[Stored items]
━━━━━━

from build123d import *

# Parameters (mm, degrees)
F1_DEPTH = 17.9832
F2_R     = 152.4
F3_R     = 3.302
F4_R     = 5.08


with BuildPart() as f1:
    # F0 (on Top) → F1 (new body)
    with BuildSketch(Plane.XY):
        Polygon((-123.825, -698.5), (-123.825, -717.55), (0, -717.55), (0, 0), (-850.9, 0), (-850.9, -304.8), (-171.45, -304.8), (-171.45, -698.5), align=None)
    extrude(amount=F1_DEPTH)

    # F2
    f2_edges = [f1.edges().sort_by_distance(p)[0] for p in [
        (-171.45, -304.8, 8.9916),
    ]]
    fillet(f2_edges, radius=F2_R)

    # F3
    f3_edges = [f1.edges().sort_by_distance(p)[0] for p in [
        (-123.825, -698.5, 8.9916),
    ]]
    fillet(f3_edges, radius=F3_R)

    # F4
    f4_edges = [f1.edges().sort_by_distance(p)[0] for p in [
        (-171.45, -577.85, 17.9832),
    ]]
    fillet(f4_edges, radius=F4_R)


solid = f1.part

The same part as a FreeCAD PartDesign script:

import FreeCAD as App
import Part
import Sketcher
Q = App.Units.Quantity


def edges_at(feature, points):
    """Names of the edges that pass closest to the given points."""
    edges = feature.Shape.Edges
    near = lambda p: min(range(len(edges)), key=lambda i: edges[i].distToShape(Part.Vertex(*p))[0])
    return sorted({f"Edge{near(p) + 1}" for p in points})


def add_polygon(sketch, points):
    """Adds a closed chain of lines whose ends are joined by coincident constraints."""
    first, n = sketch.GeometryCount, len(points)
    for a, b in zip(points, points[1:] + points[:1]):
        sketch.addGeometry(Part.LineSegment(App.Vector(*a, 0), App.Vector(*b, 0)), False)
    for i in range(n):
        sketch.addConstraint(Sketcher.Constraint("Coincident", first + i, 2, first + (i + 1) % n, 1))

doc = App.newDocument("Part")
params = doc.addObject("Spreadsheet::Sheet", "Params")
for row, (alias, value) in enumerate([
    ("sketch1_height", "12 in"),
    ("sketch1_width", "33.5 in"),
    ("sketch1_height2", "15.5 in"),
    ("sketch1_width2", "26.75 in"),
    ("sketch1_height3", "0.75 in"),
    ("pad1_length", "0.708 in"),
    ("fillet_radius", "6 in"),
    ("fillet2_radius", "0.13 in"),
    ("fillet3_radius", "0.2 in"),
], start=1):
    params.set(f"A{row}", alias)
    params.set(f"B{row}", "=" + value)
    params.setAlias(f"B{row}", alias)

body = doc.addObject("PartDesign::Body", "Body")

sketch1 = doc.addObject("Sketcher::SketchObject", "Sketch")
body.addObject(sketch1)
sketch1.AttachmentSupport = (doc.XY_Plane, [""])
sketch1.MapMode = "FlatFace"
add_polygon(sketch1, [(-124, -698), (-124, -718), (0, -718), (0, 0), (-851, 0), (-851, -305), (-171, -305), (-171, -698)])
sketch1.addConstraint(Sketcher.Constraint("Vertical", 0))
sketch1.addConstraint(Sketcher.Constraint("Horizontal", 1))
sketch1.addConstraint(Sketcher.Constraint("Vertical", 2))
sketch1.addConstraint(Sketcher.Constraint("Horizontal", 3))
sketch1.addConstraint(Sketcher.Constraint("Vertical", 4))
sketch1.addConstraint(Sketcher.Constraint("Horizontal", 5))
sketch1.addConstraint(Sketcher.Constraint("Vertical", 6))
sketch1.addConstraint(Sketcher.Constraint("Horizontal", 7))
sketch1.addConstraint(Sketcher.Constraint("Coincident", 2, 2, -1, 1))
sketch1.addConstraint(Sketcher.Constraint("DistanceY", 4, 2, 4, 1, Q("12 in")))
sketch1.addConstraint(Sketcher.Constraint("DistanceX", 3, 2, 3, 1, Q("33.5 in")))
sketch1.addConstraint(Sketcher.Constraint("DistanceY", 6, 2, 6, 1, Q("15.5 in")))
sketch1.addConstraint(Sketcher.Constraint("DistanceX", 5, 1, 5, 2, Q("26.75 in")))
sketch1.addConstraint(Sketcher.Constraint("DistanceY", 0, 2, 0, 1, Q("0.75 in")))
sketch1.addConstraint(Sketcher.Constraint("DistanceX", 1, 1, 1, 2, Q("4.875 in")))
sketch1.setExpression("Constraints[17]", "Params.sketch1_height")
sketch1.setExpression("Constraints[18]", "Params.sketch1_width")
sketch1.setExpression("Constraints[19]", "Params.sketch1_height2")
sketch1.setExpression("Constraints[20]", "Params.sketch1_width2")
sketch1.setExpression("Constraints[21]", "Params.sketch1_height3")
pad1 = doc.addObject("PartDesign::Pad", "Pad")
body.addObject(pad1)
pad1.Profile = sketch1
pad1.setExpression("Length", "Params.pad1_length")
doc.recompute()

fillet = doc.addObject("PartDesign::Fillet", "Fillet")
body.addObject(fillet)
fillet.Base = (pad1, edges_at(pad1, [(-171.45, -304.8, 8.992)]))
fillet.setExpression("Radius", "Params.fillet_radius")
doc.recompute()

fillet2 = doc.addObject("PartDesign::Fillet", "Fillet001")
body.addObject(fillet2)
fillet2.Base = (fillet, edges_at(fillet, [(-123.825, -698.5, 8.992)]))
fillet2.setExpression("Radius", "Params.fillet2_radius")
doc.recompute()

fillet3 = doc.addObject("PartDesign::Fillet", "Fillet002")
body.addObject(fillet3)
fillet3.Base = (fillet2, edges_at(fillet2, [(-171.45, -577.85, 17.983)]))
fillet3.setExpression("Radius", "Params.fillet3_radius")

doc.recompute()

━━━━━━

--- About this exercise ---
Would you please give the data above again, exactly as it appears?

--- Answer area ---
from build123d import *

# Parameters (mm, degrees)
F1_DEPTH = 17.9832
F2_R     = 152.4
F3_R     = 3.302
F4_R     = 5.08


with BuildPart() as f1:
    # F0 (on Top) → F1 (new body)
    with BuildSketch(Plane.XY):
        Polygon((-123.825, -698.5), (-123.825, -717.55), (0, -717.55), (0, 0), (-850.9, 0), (-850.9, -304.8), (-171.45, -304.8), (-171.45, -698.5), align=None)
    extrude(amount=F1_DEPTH)

    # F2
    f2_edges = [f1.edges().sort_by_distance(p)[0] for p in [
        (-171.45, -304.8, 8.9916),
    ]]
    fillet(f2_edges, radius=F2_R)

    # F3
    f3_edges = [f1.edges().sort_by_distance(p)[0] for p in [
        (-123.825, -698.5, 8.9916),
    ]]
    fillet(f3_edges, radius=F3_R)

    # F4
    f4_edges = [f1.edges().sort_by_distance(p)[0] for p in [
        (-171.45, -577.85, 17.9832),
    ]]
    fillet(f4_edges, radius=F4_R)


solid = f1.part

The same part as a FreeCAD PartDesign script:

import FreeCAD as App
import Part
import Sketcher
Q = App.Units.Quantity


def edges_at(feature, points):
    """Names of the edges that pass closest to the given points."""
    edges = feature.Shape.Edges
    near = lambda p: min(range(len(edges)), key=lambda i: edges[i].distToShape(Part.Vertex(*p))[0])
    return sorted({f"Edge{near(p) + 1}" for p in points})


def add_polygon(sketch, points):
    """Adds a closed chain of lines whose ends are joined by coincident constraints."""
    first, n = sketch.GeometryCount, len(points)
    for a, b in zip(points, points[1:] + points[:1]):
        sketch.addGeometry(Part.LineSegment(App.Vector(*a, 0), App.Vector(*b, 0)), False)
    for i in range(n):
        sketch.addConstraint(Sketcher.Constraint("Coincident", first + i, 2, first + (i + 1) % n, 1))

doc = App.newDocument("Part")
params = doc.addObject("Spreadsheet::Sheet", "Params")
for row, (alias, value) in enumerate([
    ("sketch1_height", "12 in"),
    ("sketch1_width", "33.5 in"),
    ("sketch1_height2", "15.5 in"),
    ("sketch1_width2", "26.75 in"),
    ("sketch1_height3", "0.75 in"),
    ("pad1_length", "0.708 in"),
    ("fillet_radius", "6 in"),
    ("fillet2_radius", "0.13 in"),
    ("fillet3_radius", "0.2 in"),
], start=1):
    params.set(f"A{row}", alias)
    params.set(f"B{row}", "=" + value)
    params.setAlias(f"B{row}", alias)

body = doc.addObject("PartDesign::Body", "Body")

sketch1 = doc.addObject("Sketcher::SketchObject", "Sketch")
body.addObject(sketch1)
sketch1.AttachmentSupport = (doc.XY_Plane, [""])
sketch1.MapMode = "FlatFace"
add_polygon(sketch1, [(-124, -698), (-124, -718), (0, -718), (0, 0), (-851, 0), (-851, -305), (-171, -305), (-171, -698)])
sketch1.addConstraint(Sketcher.Constraint("Vertical", 0))
sketch1.addConstraint(Sketcher.Constraint("Horizontal", 1))
sketch1.addConstraint(Sketcher.Constraint("Vertical", 2))
sketch1.addConstraint(Sketcher.Constraint("Horizontal", 3))
sketch1.addConstraint(Sketcher.Constraint("Vertical", 4))
sketch1.addConstraint(Sketcher.Constraint("Horizontal", 5))
sketch1.addConstraint(Sketcher.Constraint("Vertical", 6))
sketch1.addConstraint(Sketcher.Constraint("Horizontal", 7))
sketch1.addConstraint(Sketcher.Constraint("Coincident", 2, 2, -1, 1))
sketch1.addConstraint(Sketcher.Constraint("DistanceY", 4, 2, 4, 1, Q("12 in")))
sketch1.addConstraint(Sketcher.Constraint("DistanceX", 3, 2, 3, 1, Q("33.5 in")))
sketch1.addConstraint(Sketcher.Constraint("DistanceY", 6, 2, 6, 1, Q("15.5 in")))
sketch1.addConstraint(Sketcher.Constraint("DistanceX", 5, 1, 5, 2, Q("26.75 in")))
sketch1.addConstraint(Sketcher.Constraint("DistanceY", 0, 2, 0, 1, Q("0.75 in")))
sketch1.addConstraint(Sketcher.Constraint("DistanceX", 1, 1, 1, 2, Q("4.875 in")))
sketch1.setExpression("Constraints[17]", "Params.sketch1_height")
sketch1.setExpression("Constraints[18]", "Params.sketch1_width")
sketch1.setExpression("Constraints[19]", "Params.sketch1_height2")
sketch1.setExpression("Constraints[20]", "Params.sketch1_width2")
sketch1.setExpression("Constraints[21]", "Params.sketch1_height3")
pad1 = doc.addObject("PartDesign::Pad", "Pad")
body.addObject(pad1)
pad1.Profile = sketch1
pad1.setExpression("Length", "Params.pad1_length")
doc.recompute()

fillet = doc.addObject("PartDesign::Fillet", "Fillet")
body.addObject(fillet)
fillet.Base = (pad1, edges_at(pad1, [(-171.45, -304.8, 8.992)]))
fillet.setExpression("Radius", "Params.fillet_radius")
doc.recompute()

fillet2 = doc.addObject("PartDesign::Fillet", "Fillet001")
body.addObject(fillet2)
fillet2.Base = (fillet, edges_at(fillet, [(-123.825, -698.5, 8.992)]))
fillet2.setExpression("Radius", "Params.fillet2_radius")
doc.recompute()

fillet3 = doc.addObject("PartDesign::Fillet", "Fillet002")
body.addObject(fillet3)
fillet3.Base = (fillet2, edges_at(fillet2, [(-171.45, -577.85, 17.983)]))
fillet3.setExpression("Radius", "Params.fillet3_radius")

doc.recompute()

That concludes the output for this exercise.